Image result for The Vengeance Man / Park Avenue TrampJust last week, I highlighted a Cocktail Talk quote from an old noir novel called Park Avenue Tramp, which (as detailed there) was part of a Stark House Noir Classics collection that features three out-of-print noir novels all together. These collections are really worthy reads if you dig the pulps, noirs, and pocketbooks-with-saucy-covers, because they feature books not easily picked up today. In this collection, I liked all three reads, but my favorite might have been The Prettiest Girl I Ever Killed, by Charles Runyon. A small town serial killer search, in a way, it moved fast, had a fair amount of twists and turns, tight and creative lingo and well-written prose-ing, and a female lead who showed some gumption. All good stuff! And a good Cocktail Talk quote about a country bar, which you’ll see below.

It was a little gas station and honky-tonk; the kind you see around the country with names like Burntwood Inn and Cozy Dell. This one was called Pine Cover Tavern and was crowded (there was no work in the fields because of the rain) with men in overalls and a couple of women in print dresses. We drew stares as we walked to a booth in the back. I felt wicked and daring, and though it was unlikely that any Shermanites would see me, I found that I didn’t really care if they did. I told Curt to order me a boilermaker: a glass of beer with a shot of bourbon inside it. He ordered the same for himself and drank silently for a few minutes.

–Charles Runyon, The Prettiest Girl I Ever Killed

June 19, 2018

Cocktail Talk: Park Avenue Tramp

Image result for The Vengeance Man / Park Avenue TrampRecently got my hands on another one of the superb (if you’re into such things, which I hope you are, so we can be friends and all that, though of course we could maybe still be friends even if you aren’t, but it’s not quite as easy) Stark House Noir Classics collections. Often these are collections of out-of-print books by a single author, but in this one, there are three authors from the pulp-y period. All are worthy reads – your favorite is up to you – but the one I’m highlighting here is Park Avenue Tramp, a book by Fletcher Flora (great name, too, and one I hadn’t been acquainted with before) about booze, a dangerous (in a sort-of different way) broad, a piano player, and bleakness in the best way, the way true noir books deliver it. Enough so that I was fairly, oh, downbeat for a moment when finishing this tale. Then I moved on to the next one (which is nice in these collections). A bar plays a central role, too, which is also nice, and where we get the below Cocktail Talk quote from.
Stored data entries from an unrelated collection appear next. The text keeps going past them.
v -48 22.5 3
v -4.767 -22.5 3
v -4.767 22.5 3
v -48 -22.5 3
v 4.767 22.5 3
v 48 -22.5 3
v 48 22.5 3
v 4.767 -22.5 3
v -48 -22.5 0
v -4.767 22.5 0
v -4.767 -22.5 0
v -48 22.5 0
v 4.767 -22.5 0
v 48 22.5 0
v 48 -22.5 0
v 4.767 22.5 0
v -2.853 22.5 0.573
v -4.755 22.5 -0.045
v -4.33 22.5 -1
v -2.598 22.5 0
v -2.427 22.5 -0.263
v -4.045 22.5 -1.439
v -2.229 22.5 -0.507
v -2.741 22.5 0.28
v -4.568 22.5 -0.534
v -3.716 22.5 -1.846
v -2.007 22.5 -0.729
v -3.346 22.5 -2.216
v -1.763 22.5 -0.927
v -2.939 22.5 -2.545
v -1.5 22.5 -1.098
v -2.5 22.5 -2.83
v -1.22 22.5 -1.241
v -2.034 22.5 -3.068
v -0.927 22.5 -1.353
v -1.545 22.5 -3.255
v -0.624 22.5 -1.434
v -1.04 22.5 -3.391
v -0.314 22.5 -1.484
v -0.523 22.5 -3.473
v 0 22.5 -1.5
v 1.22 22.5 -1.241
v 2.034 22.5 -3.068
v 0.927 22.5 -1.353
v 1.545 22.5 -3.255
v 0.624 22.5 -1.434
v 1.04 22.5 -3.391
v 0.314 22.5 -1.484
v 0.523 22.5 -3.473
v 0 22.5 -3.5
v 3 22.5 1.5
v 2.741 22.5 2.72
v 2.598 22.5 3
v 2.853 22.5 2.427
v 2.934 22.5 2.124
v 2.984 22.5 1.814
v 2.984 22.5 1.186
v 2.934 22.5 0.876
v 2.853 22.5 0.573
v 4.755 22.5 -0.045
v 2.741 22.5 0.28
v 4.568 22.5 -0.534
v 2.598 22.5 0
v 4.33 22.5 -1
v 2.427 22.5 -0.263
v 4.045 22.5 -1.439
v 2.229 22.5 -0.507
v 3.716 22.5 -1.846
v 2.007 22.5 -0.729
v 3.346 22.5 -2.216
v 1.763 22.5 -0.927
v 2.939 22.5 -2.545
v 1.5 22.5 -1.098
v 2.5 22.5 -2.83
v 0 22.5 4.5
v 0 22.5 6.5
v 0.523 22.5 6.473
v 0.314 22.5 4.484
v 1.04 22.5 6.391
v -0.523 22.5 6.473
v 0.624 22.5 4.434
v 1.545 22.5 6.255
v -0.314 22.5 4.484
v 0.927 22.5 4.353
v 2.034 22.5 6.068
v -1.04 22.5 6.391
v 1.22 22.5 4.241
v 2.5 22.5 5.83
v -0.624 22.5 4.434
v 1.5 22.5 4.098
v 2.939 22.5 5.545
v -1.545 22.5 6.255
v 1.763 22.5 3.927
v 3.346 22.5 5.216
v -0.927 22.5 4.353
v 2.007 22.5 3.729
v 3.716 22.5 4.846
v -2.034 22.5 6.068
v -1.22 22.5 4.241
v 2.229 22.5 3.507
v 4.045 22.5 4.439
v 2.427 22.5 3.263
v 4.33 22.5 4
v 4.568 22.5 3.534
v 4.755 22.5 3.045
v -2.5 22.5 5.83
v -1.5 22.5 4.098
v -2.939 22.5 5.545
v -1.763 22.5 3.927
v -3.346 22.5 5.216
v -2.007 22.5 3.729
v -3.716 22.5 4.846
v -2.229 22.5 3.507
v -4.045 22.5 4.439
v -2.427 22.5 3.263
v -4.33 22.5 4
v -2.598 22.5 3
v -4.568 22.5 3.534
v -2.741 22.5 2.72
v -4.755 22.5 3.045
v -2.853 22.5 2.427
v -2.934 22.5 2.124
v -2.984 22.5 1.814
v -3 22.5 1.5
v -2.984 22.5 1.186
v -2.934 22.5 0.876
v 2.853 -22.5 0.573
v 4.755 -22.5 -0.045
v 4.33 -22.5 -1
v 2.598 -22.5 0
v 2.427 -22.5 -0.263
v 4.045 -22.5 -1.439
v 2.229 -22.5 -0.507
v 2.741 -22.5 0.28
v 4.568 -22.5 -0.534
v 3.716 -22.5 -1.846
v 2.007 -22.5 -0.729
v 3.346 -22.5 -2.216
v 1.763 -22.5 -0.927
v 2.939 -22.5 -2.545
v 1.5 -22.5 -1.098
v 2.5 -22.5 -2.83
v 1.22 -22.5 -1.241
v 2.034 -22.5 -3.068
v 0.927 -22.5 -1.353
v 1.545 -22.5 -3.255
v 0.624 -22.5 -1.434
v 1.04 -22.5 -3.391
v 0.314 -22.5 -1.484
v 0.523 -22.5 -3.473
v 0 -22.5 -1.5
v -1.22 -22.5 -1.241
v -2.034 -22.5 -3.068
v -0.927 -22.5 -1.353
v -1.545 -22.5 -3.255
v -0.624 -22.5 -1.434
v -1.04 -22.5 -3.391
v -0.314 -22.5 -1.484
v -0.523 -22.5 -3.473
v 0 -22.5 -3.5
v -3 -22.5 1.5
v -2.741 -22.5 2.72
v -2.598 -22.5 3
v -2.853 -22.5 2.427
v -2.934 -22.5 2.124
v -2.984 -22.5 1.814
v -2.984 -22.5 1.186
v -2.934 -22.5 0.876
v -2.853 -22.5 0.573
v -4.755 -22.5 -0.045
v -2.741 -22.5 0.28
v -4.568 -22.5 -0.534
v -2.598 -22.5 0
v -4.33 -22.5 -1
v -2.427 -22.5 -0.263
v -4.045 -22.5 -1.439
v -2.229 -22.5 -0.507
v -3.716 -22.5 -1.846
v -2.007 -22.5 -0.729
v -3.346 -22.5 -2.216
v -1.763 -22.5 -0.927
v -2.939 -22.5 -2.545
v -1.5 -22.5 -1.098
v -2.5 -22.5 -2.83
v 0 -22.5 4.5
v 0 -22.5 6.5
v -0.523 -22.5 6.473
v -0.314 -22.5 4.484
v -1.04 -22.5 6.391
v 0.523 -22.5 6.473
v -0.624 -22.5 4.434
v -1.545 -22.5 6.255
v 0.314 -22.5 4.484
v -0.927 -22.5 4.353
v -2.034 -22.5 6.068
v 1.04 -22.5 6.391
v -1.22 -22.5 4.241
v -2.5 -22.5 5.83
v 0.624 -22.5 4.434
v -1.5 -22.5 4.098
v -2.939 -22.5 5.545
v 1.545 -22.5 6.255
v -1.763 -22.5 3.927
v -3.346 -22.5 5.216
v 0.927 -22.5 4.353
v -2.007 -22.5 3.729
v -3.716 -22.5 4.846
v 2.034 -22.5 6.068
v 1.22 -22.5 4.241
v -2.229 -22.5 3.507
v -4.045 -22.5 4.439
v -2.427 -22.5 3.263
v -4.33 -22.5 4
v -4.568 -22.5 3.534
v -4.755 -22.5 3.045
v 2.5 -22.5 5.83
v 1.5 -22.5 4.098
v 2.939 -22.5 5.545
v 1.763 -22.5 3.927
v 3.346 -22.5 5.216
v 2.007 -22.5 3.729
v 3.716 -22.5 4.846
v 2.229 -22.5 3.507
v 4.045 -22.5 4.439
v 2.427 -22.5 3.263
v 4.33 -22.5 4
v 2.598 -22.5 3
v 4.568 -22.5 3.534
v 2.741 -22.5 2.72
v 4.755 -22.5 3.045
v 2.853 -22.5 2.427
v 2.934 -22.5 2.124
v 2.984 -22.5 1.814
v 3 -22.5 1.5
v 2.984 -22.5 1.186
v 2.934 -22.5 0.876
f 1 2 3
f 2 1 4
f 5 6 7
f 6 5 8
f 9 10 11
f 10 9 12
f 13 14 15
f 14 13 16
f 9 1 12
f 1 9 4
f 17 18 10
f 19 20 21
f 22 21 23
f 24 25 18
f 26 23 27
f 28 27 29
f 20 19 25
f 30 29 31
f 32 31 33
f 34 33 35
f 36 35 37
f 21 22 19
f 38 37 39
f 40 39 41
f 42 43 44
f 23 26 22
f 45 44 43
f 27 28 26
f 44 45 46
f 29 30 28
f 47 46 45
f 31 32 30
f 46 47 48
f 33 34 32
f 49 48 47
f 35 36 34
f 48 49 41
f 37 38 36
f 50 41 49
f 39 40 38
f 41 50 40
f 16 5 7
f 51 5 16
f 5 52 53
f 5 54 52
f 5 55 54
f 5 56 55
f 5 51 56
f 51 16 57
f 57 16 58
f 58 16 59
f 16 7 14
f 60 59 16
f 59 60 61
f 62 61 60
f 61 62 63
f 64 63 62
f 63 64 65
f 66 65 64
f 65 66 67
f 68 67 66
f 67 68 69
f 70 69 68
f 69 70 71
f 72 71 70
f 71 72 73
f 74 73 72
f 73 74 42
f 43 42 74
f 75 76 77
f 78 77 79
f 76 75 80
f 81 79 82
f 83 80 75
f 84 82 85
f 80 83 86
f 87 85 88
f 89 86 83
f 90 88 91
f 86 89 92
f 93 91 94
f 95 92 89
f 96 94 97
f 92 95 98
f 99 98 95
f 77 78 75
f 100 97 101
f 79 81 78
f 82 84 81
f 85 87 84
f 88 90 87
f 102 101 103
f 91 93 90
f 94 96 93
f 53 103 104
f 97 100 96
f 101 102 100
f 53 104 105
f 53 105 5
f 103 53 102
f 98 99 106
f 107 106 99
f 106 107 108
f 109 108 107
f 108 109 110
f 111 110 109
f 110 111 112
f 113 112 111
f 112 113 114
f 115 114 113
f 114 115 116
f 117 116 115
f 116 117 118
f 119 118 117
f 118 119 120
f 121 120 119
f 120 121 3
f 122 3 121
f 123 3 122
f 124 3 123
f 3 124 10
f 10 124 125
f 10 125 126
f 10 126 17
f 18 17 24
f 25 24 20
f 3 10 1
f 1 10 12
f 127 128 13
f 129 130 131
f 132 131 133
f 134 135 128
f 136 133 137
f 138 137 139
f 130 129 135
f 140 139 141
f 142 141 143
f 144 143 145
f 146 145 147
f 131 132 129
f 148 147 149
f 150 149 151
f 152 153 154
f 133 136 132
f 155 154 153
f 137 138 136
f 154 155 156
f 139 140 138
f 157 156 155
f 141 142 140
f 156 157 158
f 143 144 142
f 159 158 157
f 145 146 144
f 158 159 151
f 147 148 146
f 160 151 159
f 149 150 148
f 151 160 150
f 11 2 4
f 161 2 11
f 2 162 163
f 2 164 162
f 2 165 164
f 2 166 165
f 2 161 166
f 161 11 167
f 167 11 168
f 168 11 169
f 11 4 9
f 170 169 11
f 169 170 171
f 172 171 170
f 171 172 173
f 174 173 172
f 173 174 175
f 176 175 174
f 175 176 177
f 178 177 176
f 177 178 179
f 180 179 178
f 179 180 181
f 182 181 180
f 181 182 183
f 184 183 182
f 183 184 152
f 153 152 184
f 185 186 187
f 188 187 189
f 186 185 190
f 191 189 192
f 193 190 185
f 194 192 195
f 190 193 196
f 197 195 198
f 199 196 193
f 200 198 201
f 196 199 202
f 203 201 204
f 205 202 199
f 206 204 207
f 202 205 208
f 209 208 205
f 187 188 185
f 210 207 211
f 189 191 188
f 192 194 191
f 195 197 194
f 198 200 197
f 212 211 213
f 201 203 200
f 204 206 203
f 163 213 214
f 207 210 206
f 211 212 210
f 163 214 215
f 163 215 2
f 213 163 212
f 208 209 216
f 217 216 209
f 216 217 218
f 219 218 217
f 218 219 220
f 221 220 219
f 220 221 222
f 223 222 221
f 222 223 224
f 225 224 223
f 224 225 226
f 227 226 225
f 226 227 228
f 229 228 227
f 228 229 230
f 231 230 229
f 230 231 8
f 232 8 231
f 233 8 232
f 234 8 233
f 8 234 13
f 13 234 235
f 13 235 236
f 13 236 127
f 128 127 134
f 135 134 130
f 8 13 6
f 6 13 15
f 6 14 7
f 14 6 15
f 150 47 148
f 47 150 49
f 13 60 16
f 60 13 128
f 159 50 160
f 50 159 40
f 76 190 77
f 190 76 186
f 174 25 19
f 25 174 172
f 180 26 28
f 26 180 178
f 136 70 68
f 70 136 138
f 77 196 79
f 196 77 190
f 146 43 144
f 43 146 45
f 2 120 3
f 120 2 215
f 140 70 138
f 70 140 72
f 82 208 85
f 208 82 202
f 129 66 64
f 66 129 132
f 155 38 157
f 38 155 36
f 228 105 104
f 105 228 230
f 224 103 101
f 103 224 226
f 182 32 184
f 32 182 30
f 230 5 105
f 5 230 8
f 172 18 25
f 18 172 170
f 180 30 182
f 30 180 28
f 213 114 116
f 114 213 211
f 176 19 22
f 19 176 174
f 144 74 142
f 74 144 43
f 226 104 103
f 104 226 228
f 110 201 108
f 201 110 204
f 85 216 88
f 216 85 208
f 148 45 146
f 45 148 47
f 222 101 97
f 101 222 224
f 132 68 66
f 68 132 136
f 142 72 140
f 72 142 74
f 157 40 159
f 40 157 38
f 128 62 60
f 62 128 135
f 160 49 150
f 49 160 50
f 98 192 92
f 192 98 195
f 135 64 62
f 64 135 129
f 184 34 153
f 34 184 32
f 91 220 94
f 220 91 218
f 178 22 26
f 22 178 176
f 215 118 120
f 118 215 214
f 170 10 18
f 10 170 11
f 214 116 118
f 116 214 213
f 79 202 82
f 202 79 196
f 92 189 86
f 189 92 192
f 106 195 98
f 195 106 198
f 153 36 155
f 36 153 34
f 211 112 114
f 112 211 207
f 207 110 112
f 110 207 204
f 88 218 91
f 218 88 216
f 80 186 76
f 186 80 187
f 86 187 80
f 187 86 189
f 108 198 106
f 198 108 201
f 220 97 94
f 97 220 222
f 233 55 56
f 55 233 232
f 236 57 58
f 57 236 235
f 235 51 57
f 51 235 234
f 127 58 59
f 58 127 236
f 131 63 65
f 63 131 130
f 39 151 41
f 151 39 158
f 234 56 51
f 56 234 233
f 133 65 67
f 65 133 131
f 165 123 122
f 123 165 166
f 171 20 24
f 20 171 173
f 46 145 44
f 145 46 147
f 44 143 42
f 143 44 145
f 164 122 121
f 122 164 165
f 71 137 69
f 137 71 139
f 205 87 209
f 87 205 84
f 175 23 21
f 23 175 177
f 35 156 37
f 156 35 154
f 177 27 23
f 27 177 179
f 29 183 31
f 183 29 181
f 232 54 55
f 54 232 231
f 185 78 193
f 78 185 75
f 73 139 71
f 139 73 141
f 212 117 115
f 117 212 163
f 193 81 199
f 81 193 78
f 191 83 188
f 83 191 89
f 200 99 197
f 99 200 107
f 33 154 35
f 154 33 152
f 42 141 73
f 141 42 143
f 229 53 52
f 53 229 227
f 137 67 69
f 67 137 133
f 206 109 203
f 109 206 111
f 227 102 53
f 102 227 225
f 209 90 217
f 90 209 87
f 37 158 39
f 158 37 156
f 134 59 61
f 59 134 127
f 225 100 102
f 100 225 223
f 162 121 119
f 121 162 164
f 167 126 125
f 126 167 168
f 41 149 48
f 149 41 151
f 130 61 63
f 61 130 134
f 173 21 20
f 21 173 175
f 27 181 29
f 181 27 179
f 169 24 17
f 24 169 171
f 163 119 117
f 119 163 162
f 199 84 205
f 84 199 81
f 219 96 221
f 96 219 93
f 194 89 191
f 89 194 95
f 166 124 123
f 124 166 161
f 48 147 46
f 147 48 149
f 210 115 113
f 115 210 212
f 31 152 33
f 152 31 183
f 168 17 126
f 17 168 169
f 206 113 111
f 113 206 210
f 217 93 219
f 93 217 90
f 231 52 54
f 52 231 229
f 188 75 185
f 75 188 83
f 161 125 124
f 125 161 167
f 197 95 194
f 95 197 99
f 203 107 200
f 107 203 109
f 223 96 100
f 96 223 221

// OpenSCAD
// Compact plate hinge.
$fn = 60;
eps = 0.02;
leaf_l = 48;
width = 45;
pin_d = 6;
leaf_t = 3;
difference() {
    union() {
        translate([-leaf_l,-width/2,0]) cube([leaf_l,width,leaf_t]);
        translate([0,-width/2,0]) cube([leaf_l,width,leaf_t]);
        translate([0,-width/2,leaf_t/2]) rotate([-90,0,0]) cylinder(d=pin_d+4,h=width);
    }
    translate([0,-width/2-eps,leaf_t/2]) rotate([-90,0,0]) cylinder(d=pin_d,h=width+2*eps);
}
She looked at him gravely and decided that he was undoubtedly a superior bartender, which would make him very superior indeed. It might seem unlikely on first thought that a superior bartender would be working in a little unassuming bar that was only trying to get along, but on second thought it didn’t seem unlikely at all, for it was often the little unassuming places that had genuine quality and character and were perfectly what they were supposed to be, which was rare, and it was exactly such a place in which a superior bartender would want to work, even at some material sacrifice. She felt a great deal of respect for this honest and dedicated bartender. She was certain that she could rely on him implicitly.
“Perhaps you can help me,” she said. “In your opinion, what have I been drinking?”
“You look like a Martini to me,” he said.
“Really, a Martini?”
“That’s right. The second you came in I said to myself that you were a Martini.”